Determining the correct order of operations for any project can be difficult, but especially this one. There’s just so much to do, and first steps are the hardest to take. The last time we spoke, this project hadn’t really left the computer. But now I finally have a mockup to work with.
For those who don’t know, I’m building my own hybrid sports car. It’s an all-wheel-drive machine powered by a rear-mounted 160-horsepower BMW K1600 motorcycle engine and a front-mounted 50-horsepower electric motor. Think of it as a lightweight, compact, straight-six-powered Corvette E-Ray.
A lot of the things that I’m less comfortable with have to do with the front axle. For that reason, I decided to do a full-size mockup of this area, which is now assembled and sitting in my home office. Finally.

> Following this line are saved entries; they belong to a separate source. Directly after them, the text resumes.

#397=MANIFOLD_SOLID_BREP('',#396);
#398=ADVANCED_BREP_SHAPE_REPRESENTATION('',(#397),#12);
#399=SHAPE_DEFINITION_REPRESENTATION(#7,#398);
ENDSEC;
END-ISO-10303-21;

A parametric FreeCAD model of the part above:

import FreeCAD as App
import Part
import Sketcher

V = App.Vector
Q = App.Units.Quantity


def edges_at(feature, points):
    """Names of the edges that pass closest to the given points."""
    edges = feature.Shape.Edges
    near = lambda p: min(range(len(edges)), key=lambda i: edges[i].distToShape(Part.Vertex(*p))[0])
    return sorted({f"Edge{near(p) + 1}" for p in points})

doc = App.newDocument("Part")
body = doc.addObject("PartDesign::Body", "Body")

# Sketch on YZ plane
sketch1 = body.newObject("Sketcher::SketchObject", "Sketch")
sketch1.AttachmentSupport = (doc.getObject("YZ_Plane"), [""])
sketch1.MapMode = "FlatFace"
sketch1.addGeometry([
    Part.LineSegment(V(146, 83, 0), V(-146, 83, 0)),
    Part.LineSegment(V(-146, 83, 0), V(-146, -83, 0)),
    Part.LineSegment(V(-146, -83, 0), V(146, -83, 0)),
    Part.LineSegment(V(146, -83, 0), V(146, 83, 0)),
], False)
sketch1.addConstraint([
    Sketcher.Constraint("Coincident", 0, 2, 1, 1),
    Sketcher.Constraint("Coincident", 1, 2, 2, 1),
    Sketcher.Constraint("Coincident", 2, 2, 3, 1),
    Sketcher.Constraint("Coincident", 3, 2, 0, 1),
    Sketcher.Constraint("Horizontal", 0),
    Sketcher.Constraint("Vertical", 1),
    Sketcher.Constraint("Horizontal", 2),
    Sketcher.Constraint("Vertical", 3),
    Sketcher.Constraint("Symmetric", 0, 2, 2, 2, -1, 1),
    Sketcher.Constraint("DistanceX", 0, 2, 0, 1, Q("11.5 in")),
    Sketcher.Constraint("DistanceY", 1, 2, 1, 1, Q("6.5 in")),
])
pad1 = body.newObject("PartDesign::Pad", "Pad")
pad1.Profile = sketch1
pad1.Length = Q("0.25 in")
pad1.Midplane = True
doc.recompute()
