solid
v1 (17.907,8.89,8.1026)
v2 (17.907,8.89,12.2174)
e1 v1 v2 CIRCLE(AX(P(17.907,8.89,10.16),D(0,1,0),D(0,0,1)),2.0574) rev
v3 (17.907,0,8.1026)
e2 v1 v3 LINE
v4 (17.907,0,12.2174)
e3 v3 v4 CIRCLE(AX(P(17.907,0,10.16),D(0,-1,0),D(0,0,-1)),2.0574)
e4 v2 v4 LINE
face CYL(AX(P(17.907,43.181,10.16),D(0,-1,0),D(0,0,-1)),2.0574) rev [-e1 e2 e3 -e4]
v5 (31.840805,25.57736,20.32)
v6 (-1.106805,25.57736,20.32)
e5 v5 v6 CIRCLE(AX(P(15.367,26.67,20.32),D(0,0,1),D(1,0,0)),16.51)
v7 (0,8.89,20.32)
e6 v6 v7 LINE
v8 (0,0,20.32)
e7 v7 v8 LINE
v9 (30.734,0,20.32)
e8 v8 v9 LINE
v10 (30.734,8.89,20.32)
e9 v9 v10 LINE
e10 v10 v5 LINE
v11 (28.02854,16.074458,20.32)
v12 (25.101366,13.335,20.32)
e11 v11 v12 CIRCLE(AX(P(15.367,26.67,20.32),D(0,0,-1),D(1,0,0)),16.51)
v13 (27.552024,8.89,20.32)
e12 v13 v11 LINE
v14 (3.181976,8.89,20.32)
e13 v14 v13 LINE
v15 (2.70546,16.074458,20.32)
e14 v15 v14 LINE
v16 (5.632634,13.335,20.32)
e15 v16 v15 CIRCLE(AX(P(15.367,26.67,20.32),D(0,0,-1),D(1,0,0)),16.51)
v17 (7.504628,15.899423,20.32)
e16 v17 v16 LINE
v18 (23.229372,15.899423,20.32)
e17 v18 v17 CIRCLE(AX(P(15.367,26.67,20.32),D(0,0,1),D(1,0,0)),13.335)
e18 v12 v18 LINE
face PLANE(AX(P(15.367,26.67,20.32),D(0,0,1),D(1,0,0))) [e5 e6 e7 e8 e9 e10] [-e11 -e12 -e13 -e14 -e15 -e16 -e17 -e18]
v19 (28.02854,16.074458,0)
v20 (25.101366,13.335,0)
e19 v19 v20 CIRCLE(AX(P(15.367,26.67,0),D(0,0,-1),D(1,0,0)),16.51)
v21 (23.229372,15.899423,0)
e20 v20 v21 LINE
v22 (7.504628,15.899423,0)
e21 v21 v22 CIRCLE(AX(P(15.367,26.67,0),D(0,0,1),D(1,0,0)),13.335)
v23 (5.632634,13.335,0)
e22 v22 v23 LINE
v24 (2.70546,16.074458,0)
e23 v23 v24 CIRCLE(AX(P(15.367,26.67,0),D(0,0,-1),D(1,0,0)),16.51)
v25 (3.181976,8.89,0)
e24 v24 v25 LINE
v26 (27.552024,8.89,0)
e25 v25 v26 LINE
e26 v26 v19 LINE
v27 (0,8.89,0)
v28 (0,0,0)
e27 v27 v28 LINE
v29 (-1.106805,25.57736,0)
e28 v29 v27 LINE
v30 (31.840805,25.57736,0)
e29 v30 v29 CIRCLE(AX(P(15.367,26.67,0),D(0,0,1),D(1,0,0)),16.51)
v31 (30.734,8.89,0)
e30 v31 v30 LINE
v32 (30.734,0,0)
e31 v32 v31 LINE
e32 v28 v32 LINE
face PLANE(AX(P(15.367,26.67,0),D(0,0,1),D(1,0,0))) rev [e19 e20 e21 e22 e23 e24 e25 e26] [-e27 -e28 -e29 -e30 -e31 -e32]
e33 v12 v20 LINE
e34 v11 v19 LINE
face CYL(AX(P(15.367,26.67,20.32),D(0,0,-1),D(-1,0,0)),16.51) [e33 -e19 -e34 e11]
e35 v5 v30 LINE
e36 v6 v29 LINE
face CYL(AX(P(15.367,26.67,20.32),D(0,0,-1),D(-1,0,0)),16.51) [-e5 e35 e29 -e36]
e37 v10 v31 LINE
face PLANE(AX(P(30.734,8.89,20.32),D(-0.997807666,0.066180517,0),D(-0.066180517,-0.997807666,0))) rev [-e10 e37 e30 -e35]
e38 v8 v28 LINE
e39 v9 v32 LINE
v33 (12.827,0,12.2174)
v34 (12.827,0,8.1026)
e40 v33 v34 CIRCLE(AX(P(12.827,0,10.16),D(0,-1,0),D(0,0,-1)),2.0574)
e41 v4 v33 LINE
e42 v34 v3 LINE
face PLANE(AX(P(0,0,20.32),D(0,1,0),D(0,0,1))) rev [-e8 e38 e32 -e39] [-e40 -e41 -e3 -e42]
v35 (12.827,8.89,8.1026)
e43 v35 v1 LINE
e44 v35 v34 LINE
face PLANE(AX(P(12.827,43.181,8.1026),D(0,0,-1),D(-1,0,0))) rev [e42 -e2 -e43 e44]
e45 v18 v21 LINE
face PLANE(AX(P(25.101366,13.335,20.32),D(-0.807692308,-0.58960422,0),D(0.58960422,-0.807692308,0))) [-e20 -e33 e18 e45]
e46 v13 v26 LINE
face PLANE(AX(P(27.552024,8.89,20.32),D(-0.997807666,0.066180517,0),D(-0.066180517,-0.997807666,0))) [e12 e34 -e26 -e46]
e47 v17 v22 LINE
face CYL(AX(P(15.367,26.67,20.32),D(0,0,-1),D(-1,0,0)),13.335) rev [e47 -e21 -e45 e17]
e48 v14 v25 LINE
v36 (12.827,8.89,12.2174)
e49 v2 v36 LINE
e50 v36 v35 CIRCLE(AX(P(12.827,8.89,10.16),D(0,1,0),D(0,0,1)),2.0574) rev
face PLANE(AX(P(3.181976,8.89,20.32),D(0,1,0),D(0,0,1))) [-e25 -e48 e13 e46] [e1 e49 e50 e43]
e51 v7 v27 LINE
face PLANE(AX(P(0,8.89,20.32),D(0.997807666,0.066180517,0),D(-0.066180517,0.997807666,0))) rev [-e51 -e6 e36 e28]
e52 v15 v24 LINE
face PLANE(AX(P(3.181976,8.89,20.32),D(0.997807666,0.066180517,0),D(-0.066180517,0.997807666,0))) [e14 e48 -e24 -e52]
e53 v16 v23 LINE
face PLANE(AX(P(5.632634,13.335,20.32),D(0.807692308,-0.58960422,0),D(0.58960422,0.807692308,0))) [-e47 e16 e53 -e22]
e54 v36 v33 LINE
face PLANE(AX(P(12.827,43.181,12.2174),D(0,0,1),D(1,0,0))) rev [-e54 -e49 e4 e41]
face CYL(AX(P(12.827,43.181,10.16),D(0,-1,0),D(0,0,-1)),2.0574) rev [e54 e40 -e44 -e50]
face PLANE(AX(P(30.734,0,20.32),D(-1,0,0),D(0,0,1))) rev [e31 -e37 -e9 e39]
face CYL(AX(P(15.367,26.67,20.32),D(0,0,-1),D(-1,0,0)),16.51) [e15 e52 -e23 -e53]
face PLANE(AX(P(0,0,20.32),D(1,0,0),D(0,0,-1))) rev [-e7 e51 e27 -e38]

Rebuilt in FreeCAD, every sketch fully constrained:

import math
import FreeCAD as App
import Part
import Sketcher

V = App.Vector
Q = App.Units.Quantity

doc = App.newDocument("Part")
body = doc.addObject("PartDesign::Body", "Body")

sketch1 = doc.addObject("Sketcher::SketchObject", "Sketch")
body.addObject(sketch1)
sketch1.AttachmentSupport = (doc.XY_Plane, [""])
sketch1.MapMode = "FlatFace"
sketch1.addGeometry(Part.LineSegment(V(0, 0, 0), V(30.7, 0, 0)), False)
sketch1.addGeometry(Part.LineSegment(V(30.7, 0, 0), V(30.7, 8.9, 0)), False)
sketch1.addGeometry(Part.LineSegment(V(30.7, 8.9, 0), V(31.8, 25.6, 0)), False)
sketch1.addGeometry(Part.ArcOfCircle(Part.Circle(V(15.4, 26.7, 0), V(0, 0, 1), 16.5), math.radians(-4), math.radians(184)), False)
sketch1.addGeometry(Part.LineSegment(V(-1.1, 25.6, 0), V(0, 8.9, 0)), False)
sketch1.addGeometry(Part.LineSegment(V(0, 8.9, 0), V(0, 0, 0)), False)
sketch1.addGeometry(Part.LineSegment(V(27.6, 8.9, 0), V(3.2, 8.9, 0)), False)
sketch1.addGeometry(Part.LineSegment(V(3.2, 8.9, 0), V(2.7, 16.1, 0)), False)
sketch1.addGeometry(Part.ArcOfCircle(Part.Circle(V(15.4, 26.7, 0), V(0, 0, 1), 16.5), math.radians(-140.08), math.radians(-126.13)), False)
sketch1.addGeometry(Part.LineSegment(V(5.6, 13.3, 0), V(7.5, 15.9, 0)), False)
sketch1.addGeometry(Part.ArcOfCircle(Part.Circle(V(15.4, 26.7, 0), V(0, 0, 1), 13.3), math.radians(-54), math.radians(234)), False)
sketch1.addGeometry(Part.LineSegment(V(23.2, 15.9, 0), V(25.1, 13.3, 0)), False)
sketch1.addGeometry(Part.ArcOfCircle(Part.Circle(V(15.4, 26.7, 0), V(0, 0, 1), 16.5), math.radians(-53.87), math.radians(-39.92)), False)
sketch1.addGeometry(Part.LineSegment(V(28, 16.1, 0), V(27.6, 8.9, 0)), False)
sketch1.addConstraint(Sketcher.Constraint("Coincident", 0, 2, 1, 1))
sketch1.addConstraint(Sketcher.Constraint("Coincident", 1, 2, 2, 1))
sketch1.addConstraint(Sketcher.Constraint("Tangent", 2, 2, 3, 1))
sketch1.addConstraint(Sketcher.Constraint("Tangent", 3, 2, 4, 1))
sketch1.addConstraint(Sketcher.Constraint("Coincident", 4, 2, 5, 1))
sketch1.addConstraint(Sketcher.Constraint("Coincident", 5, 2, 0, 1))
sketch1.addConstraint(Sketcher.Constraint("Coincident", 6, 2, 7, 1))
sketch1.addConstraint(Sketcher.Constraint("Coincident", 7, 2, 8, 1))
sketch1.addConstraint(Sketcher.Constraint("Coincident", 8, 2, 9, 1))
sketch1.addConstraint(Sketcher.Constraint("Coincident", 9, 2, 10, 2))
sketch1.addConstraint(Sketcher.Constraint("Coincident", 10, 1, 11, 1))
sketch1.addConstraint(Sketcher.Constraint("Coincident", 11, 2, 12, 1))
sketch1.addConstraint(Sketcher.Constraint("Coincident", 12, 2, 13, 1))
sketch1.addConstraint(Sketcher.Constraint("Coincident", 13, 2, 6, 1))
sketch1.addConstraint(Sketcher.Constraint("Horizontal", 0))
sketch1.addConstraint(Sketcher.Constraint("Vertical", 1))
sketch1.addConstraint(Sketcher.Constraint("Vertical", 5))
sketch1.addConstraint(Sketcher.Constraint("Horizontal", 6))
sketch1.addConstraint(Sketcher.Constraint("Coincident", 5, 2, -1, 1))
sketch1.addConstraint(Sketcher.Constraint("Coincident", 8, 3, 3, 3))
sketch1.addConstraint(Sketcher.Constraint("Coincident", 10, 3, 3, 3))
sketch1.addConstraint(Sketcher.Constraint("Coincident", 12, 3, 3, 3))
sketch1.addConstraint(Sketcher.Constraint("Equal", 3, 8))
sketch1.addConstraint(Sketcher.Constraint("Equal", 8, 12))
sketch1.addConstraint(Sketcher.Constraint("Parallel", 4, 7))
sketch1.addConstraint(Sketcher.Constraint("Parallel", 2, 13))
sketch1.addConstraint(Sketcher.Constraint("Horizontal", 2, 2, 3, 2))
sketch1.addConstraint(Sketcher.Constraint("Horizontal", 1, 2, 4, 2))
sketch1.addConstraint(Sketcher.Constraint("Horizontal", 4, 2, 6, 2))
sketch1.addConstraint(Sketcher.Constraint("Horizontal", 9, 2, 10, 1))
sketch1.addConstraint(Sketcher.Constraint("Horizontal", 8, 2, 11, 2))
sketch1.addConstraint(Sketcher.Constraint("Horizontal", 7, 2, 12, 2))
sketch1.addConstraint(Sketcher.Constraint("Radius", 3, Q("0.65 in")))
sketch1.addConstraint(Sketcher.Constraint("Radius", 10, Q("0.525 in")))
sketch1.addConstraint(Sketcher.Constraint("DistanceX", 0, 1, 0, 2, Q("1.21 in")))
sketch1.addConstraint(Sketcher.Constraint("DistanceY", 1, 1, 1, 2, Q("0.35 in")))
sketch1.addConstraint(Sketcher.Constraint("DistanceY", 1, 2, 12, 3, Q("0.7 in")))
sketch1.addConstraint(Sketcher.Constraint("DistanceY", -1, 1, 8, 2, Q("0.525 in")))
sketch1.addConstraint(Sketcher.Constraint("DistanceX", 6, 2, 6, 1, 24.370048))
sketch1.addConstraint(Sketcher.Constraint("DistanceX", 6, 2, 9, 2, 4.322652))
pad1 = doc.addObject("PartDesign::Pad", "Pad")
body.addObject(pad1)
pad1.Profile = sketch1
pad1.Length = Q("0.8 in")

sketch2 = doc.addObject("Sketcher::SketchObject", "Sketch001")
body.addObject(sketch2)
sketch2.AttachmentSupport = (doc.XZ_Plane, [""])
sketch2.MapMode = "FlatFace"
sketch2.addGeometry(Part.LineSegment(V(17.9, 12.2, 0), V(12.8, 12.2, 0)), False)
sketch2.addGeometry(Part.ArcOfCircle(Part.Circle(V(12.8, 10.2, 0), V(0, 0, 1), 2.1), math.radians(90), math.radians(270)), False)
sketch2.addGeometry(Part.LineSegment(V(12.8, 8.1, 0), V(17.9, 8.1, 0)), False)
sketch2.addGeometry(Part.ArcOfCircle(Part.Circle(V(17.9, 10.2, 0), V(0, 0, 1), 2.1), math.radians(-90), math.radians(90)), False)
sketch2.addConstraint(Sketcher.Constraint("Tangent", 0, 2, 1, 1))
sketch2.addConstraint(Sketcher.Constraint("Tangent", 1, 2, 2, 1))
sketch2.addConstraint(Sketcher.Constraint("Tangent", 2, 2, 3, 1))
sketch2.addConstraint(Sketcher.Constraint("Tangent", 3, 2, 0, 1))
sketch2.addConstraint(Sketcher.Constraint("Horizontal", 0))
sketch2.addConstraint(Sketcher.Constraint("Horizontal", 2))
sketch2.addConstraint(Sketcher.Constraint("DistanceX", 0, 2, 0, 1, Q("0.2 in")))
sketch2.addConstraint(Sketcher.Constraint("Radius", 1, Q("0.081 in")))
sketch2.addConstraint(Sketcher.Constraint("DistanceY", -1, 1, 1, 3, Q("0.4 in")))
sketch2.addConstraint(Sketcher.Constraint("DistanceX", -1, 1, 1, 3, Q("0.505 in")))
pocket1 = doc.addObject("PartDesign::Pocket", "Pocket")
body.addObject(pocket1)
pocket1.Profile = sketch2
pocket1.Type = "UpToFirst"

doc.recompute()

Certainties and Uncertainties
Physical mockups are extremely helpful, but they require certainties in the design you’re constructing. In other words, you don’t want to spend the money building something that isn’t final, and you need to do a lot of work to finalize the respective design.
That was my biggest hurdle. I hadn’t designed many pieces that would determine what the front subframe would look like. The suspension’s control arms are the best example. How should they mount? What should they look like? How should I make them? I’m not an engineer, and with that uncertainty lingering over the entire front end, I felt uncomfortable creating a mockup.
Then, just by happenstance, a very smart engineer named Derek Young reached out to me. If you don’t know Young, he’s the guy who stuffed a Kawasaki Ninja engine into the back of a Nissan Leaf. His project is similar to mine, and he had a lot of valuable advice to offer. The big thing was that if I was unsure about the engineering or manufacturing of a certain piece, I should try to use parts from an existing car. He also noted that I should work on multiple pieces of this project in parallel, because—speaking from his own experience—as soon as I lost interest in one piece of the puzzle, I could move to another.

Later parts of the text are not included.